Forcing adoption is horrific, illegal, and inexcusable. And it has happened.
Today, here in the U.S., great lengths are taken to ensure a birth mother knows her rights and has been given every opportunity to keep and raise her child. Internationally, the Hague Adoption Convention exists to do the same. (The Hague Convention took effect in 1995 and exists to provide safeguards that ensure inter-country adoption is done legally and is in the best interests of every child.)
While some of the stories you’ve heard are definitely and unfortunately not lies, it is misinformation to believe this happens regularly in the U.S. today.
Believing all adopted children are stolen actually disrespects birth mothers who have lovingly and self-sacrifically made an adoption plan.
Lie #4: Adopting a child would be unfair to my bio kids.
While each family is unique, and every adoption requires some adjustment, research shows that adopted and biological children in the same family typically do well, assuming parents contribute in a positive way (avoiding favoritism, demonstrating acceptance, etc.). If children know they are loved, they can navigate complex relationships in amazing ways.
What’s most unfair to bio kids is to miss out on what God has planned because of our fears or insecurities as parents.
The greatest thing we can do for our children is love Jesus … and then love others by extension.
Lie #5. Adoption agencies want perfect families.
If adoption agencies worked with perfect families, no adoption agency would exist because perfect families don’t exist.
Agencies aren’t looking for perfect families; they’re looking for willing families—willing to love and nurture children in need. Home studies and social worker visits exist to establish stability and safety for the child coming home.
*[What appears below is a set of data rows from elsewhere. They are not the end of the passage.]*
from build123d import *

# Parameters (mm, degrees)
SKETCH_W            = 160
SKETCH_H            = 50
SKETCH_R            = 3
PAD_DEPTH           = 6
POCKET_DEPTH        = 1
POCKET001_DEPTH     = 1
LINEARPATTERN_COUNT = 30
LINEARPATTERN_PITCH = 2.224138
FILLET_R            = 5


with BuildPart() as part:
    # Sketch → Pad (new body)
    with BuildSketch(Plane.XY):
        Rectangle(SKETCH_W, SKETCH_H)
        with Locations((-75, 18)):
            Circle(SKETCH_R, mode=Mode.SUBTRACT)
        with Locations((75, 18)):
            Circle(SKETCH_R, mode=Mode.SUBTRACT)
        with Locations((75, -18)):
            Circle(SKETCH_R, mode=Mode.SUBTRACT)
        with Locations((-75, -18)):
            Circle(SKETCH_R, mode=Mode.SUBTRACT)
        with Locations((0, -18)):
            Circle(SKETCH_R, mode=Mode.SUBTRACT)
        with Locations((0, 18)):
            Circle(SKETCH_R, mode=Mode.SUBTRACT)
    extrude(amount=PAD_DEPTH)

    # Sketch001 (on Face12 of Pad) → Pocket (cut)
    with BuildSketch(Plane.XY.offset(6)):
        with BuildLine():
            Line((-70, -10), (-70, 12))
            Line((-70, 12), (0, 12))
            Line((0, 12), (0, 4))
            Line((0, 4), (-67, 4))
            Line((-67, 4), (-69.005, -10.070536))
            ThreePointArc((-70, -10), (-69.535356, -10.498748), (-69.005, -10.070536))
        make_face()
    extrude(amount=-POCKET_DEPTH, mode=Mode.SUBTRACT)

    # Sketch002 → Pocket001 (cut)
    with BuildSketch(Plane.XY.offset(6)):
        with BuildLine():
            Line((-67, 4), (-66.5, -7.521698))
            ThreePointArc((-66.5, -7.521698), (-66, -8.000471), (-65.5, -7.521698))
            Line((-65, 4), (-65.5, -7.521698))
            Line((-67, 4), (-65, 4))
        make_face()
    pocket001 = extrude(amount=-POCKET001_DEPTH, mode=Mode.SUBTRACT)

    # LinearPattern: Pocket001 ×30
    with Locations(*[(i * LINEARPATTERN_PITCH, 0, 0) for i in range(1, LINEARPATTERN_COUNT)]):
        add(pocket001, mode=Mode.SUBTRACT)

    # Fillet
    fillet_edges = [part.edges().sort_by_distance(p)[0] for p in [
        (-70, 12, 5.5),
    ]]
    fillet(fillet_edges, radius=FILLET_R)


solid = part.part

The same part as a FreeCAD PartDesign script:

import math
import FreeCAD as App
import Part
import Sketcher

V = App.Vector
Q = App.Units.Quantity


def edges_at(feature, points):
    """Names of the edges that pass closest to the given points."""
    edges = feature.Shape.Edges
    near = lambda p: min(range(len(edges)), key=lambda i: edges[i].distToShape(Part.Vertex(*p))[0])
    return sorted({f"Edge{near(p) + 1}" for p in points})


def add_polygon(sketch, points):
    """Adds a closed chain of lines whose ends are joined by coincident constraints."""
    first, n = sketch.GeometryCount, len(points)
    for a, b in zip(points, points[1:] + points[:1]):
        sketch.addGeometry(Part.LineSegment(App.Vector(*a, 0), App.Vector(*b, 0)), False)
    for i in range(n):
        sketch.addConstraint(Sketcher.Constraint("Coincident", first + i, 2, first + (i + 1) % n, 1))

doc = App.newDocument("Part")
body = doc.addObject("PartDesign::Body", "Body")

# Sketch on XY plane
sketch1 = body.newObject("Sketcher::SketchObject", "Sketch")
sketch1.AttachmentSupport = (doc.getObject("XY_Plane"), [""])
sketch1.MapMode = "FlatFace"
add_polygon(sketch1, [(-80, 25), (-80, -25), (80, -25), (80, 25)])  # lines 0-3
sketch1.addGeometry(Part.Circle(V(-75, -18, 0), V(0, 0, 1), 3), False)  # 4
sketch1.addGeometry(Part.Circle(V(0, -18, 0), V(0, 0, 1), 3), False)  # 5
sketch1.addGeometry(Part.Circle(V(75, -18, 0), V(0, 0, 1), 3), False)  # 6
sketch1.addGeometry(Part.Circle(V(-75, 18, 0), V(0, 0, 1), 3), False)  # 7
sketch1.addGeometry(Part.Circle(V(0, 18, 0), V(0, 0, 1), 3), False)  # 8
sketch1.addGeometry(Part.Circle(V(75, 18, 0), V(0, 0, 1), 3), False)  # 9
sketch1.addConstraint([
    Sketcher.Constraint("Vertical", 0),
    Sketcher.Constraint("Horizontal", 1),
    Sketcher.Constraint("Vertical", 2),
    Sketcher.Constraint("Horizontal", 3),
    Sketcher.Constraint("Equal", 4, 5),
    Sketcher.Constraint("Equal", 5, 6),
    Sketcher.Constraint("Equal", 6, 7),
    Sketcher.Constraint("Equal", 7, 8),
    Sketcher.Constraint("Equal", 8, 9),
    Sketcher.Constraint("Symmetric", 6, 3, 7, 3, -1, 1),
    Sketcher.Constraint("Symmetric", 5, 3, 8, 3, -1, 1),
    Sketcher.Constraint("Symmetric", 4, 3, 9, 3, -1, 1),
    Sketcher.Constraint("Symmetric", 0, 2, 2, 2, -1, 1),
    Sketcher.Constraint("Symmetric", 4, 3, 6, 3, -2),
    Sketcher.Constraint("PointOnObject", 5, 3, -2),
    Sketcher.Constraint("Horizontal", 4, 3, 5, 3),
    Sketcher.Constraint("Diameter", 4, Q("6 mm")),
    Sketcher.Constraint("DistanceX", 1, 1, 1, 2, Q("160 mm")),
    Sketcher.Constraint("DistanceY", 0, 2, 0, 1, Q("50 mm")),
    Sketcher.Constraint("DistanceX", 4, 3, -1, 1, Q("75 mm")),
    Sketcher.Constraint("DistanceY", 4, 3, -1, 1, Q("18 mm")),
])
pad1 = body.newObject("PartDesign::Pad", "Pad")
pad1.Profile = sketch1
pad1.Length = 6

# Sketch on XY plane
sketch2 = body.newObject("Sketcher::SketchObject", "Sketch001")
sketch2.AttachmentSupport = (doc.getObject("XY_Plane"), [""])
sketch2.MapMode = "FlatFace"
sketch2.AttachmentOffset = App.Placement(V(0, 0, 6), App.Rotation())
sketch2.addGeometry([
    Part.LineSegment(V(-70, 12, 0), V(-70, -10, 0)),  # 0
    Part.ArcOfCircle(Part.Circle(V(-69.5, -10, 0), V(0, 0, 1), 0.5), math.radians(-180), math.radians(-8)),  # 1
    Part.LineSegment(V(-69, -10.1, 0), V(-67, 4, 0)),  # 2
    Part.LineSegment(V(-67, 4, 0), V(0, 4, 0)),  # 3
    Part.LineSegment(V(0, 4, 0), V(0, 12, 0)),  # 4
    Part.LineSegment(V(0, 12, 0), V(-70, 12, 0)),  # 5
], False)
sketch2.addConstraint([
    Sketcher.Constraint("Tangent", 0, 2, 1, 1),
    Sketcher.Constraint("Tangent", 1, 2, 2, 1),
    Sketcher.Constraint("Coincident", 2, 2, 3, 1),
    Sketcher.Constraint("Coincident", 3, 2, 4, 1),
    Sketcher.Constraint("Coincident", 4, 2, 5, 1),
    Sketcher.Constraint("Coincident", 5, 2, 0, 1),
    Sketcher.Constraint("Vertical", 0),
    Sketcher.Constraint("Horizontal", 3),
    Sketcher.Constraint("Vertical", 4),
    Sketcher.Constraint("Horizontal", 5),
    Sketcher.Constraint("PointOnObject", 3, 2, -2),
    Sketcher.Constraint("Radius", 1, Q("0.5 mm")),
    Sketcher.Constraint("DistanceX", 3, 1, 3, 2, Q("67 mm")),
    Sketcher.Constraint("DistanceX", 5, 2, 5, 1, Q("70 mm")),
    Sketcher.Constraint("DistanceY", 0, 2, 0, 1, Q("22 mm")),
    Sketcher.Constraint("DistanceY", 4, 1, 4, 2, Q("8 mm")),
    Sketcher.Constraint("DistanceY", 1, 3, -1, 1, Q("9.999999 mm")),
])
pocket1 = body.newObject("PartDesign::Pocket", "Pocket")
pocket1.Profile = sketch2
pocket1.Length = 1

# Sketch on XY plane
sketch3 = body.newObject("Sketcher::SketchObject", "Sketch002")
sketch3.AttachmentSupport = (doc.getObject("XY_Plane"), [""])
sketch3.MapMode = "FlatFace"
sketch3.AttachmentOffset = App.Placement(V(0, 0, 6), App.Rotation())
sketch3.addGeometry([
    Part.LineSegment(V(-67, 4, 0), V(-66.5, -7.5, 0)),
    Part.ArcOfCircle(Part.Circle(V(-66, -7.5, 0), V(0, 0, 1), 0.5), math.radians(-178), math.radians(-2)),
    Part.LineSegment(V(-65.5, -7.5, 0), V(-65, 4, 0)),
    Part.LineSegment(V(-65, 4, 0), V(-67, 4, 0)),
], False)
sketch3.addConstraint([
    Sketcher.Constraint("Tangent", 0, 2, 1, 1),
    Sketcher.Constraint("Tangent", 1, 2, 2, 1),
    Sketcher.Constraint("Coincident", 2, 2, 3, 1),
    Sketcher.Constraint("Coincident", 3, 2, 0, 1),
    Sketcher.Constraint("Horizontal", 3),
    Sketcher.Constraint("Horizontal", 0, 2, 1, 2),
    Sketcher.Constraint("DistanceX", 3, 2, 3, 1, Q("2 mm")),
    Sketcher.Constraint("DistanceX", 1, 3, -1, 1, Q("66 mm")),
    Sketcher.Constraint("DistanceY", -1, 1, 2, 2, Q("4 mm")),
    Sketcher.Constraint("DistanceX", 0, 2, 1, 2, Q("1 mm")),
    Sketcher.Constraint("DistanceY", 1, 3, -1, 1, Q("7.5 mm")),
])
pocket2 = body.newObject("PartDesign::Pocket", "Pocket001")
pocket2.Profile = sketch3
pocket2.Length = 1
doc.recompute()

linearpattern = body.newObject("PartDesign::LinearPattern", "LinearPattern")
linearpattern.Originals = [pocket2]
linearpattern.Direction = (doc.getObject("X_Axis"), [""])
linearpattern.Mode = "offset"
linearpattern.Offset = 2.224138
linearpattern.Occurrences = 30
body.Tip = linearpattern
doc.recompute()

fillet = body.newObject("PartDesign::Fillet", "Fillet")
fillet.Base = (linearpattern, edges_at(linearpattern, [(-70, 12, 5.5)]))
fillet.Radius = 5

doc.recompute()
Believe it or not, adoption agencies want families to be successfully matched with children for adoption. Most agencies will walk—hand in hand—over the long haul to make it happen.
When it comes to adoption, there are many unknowns … which can easily and understandably lead to lies and misinformation. But just as Jesus called Peter to step out of the boat in Matthew 14, so God calls us to step out in faith and trust that He is leading.
When it comes to adoption, the advice for us is the same as it was for Peter:
Keep looking to Jesus.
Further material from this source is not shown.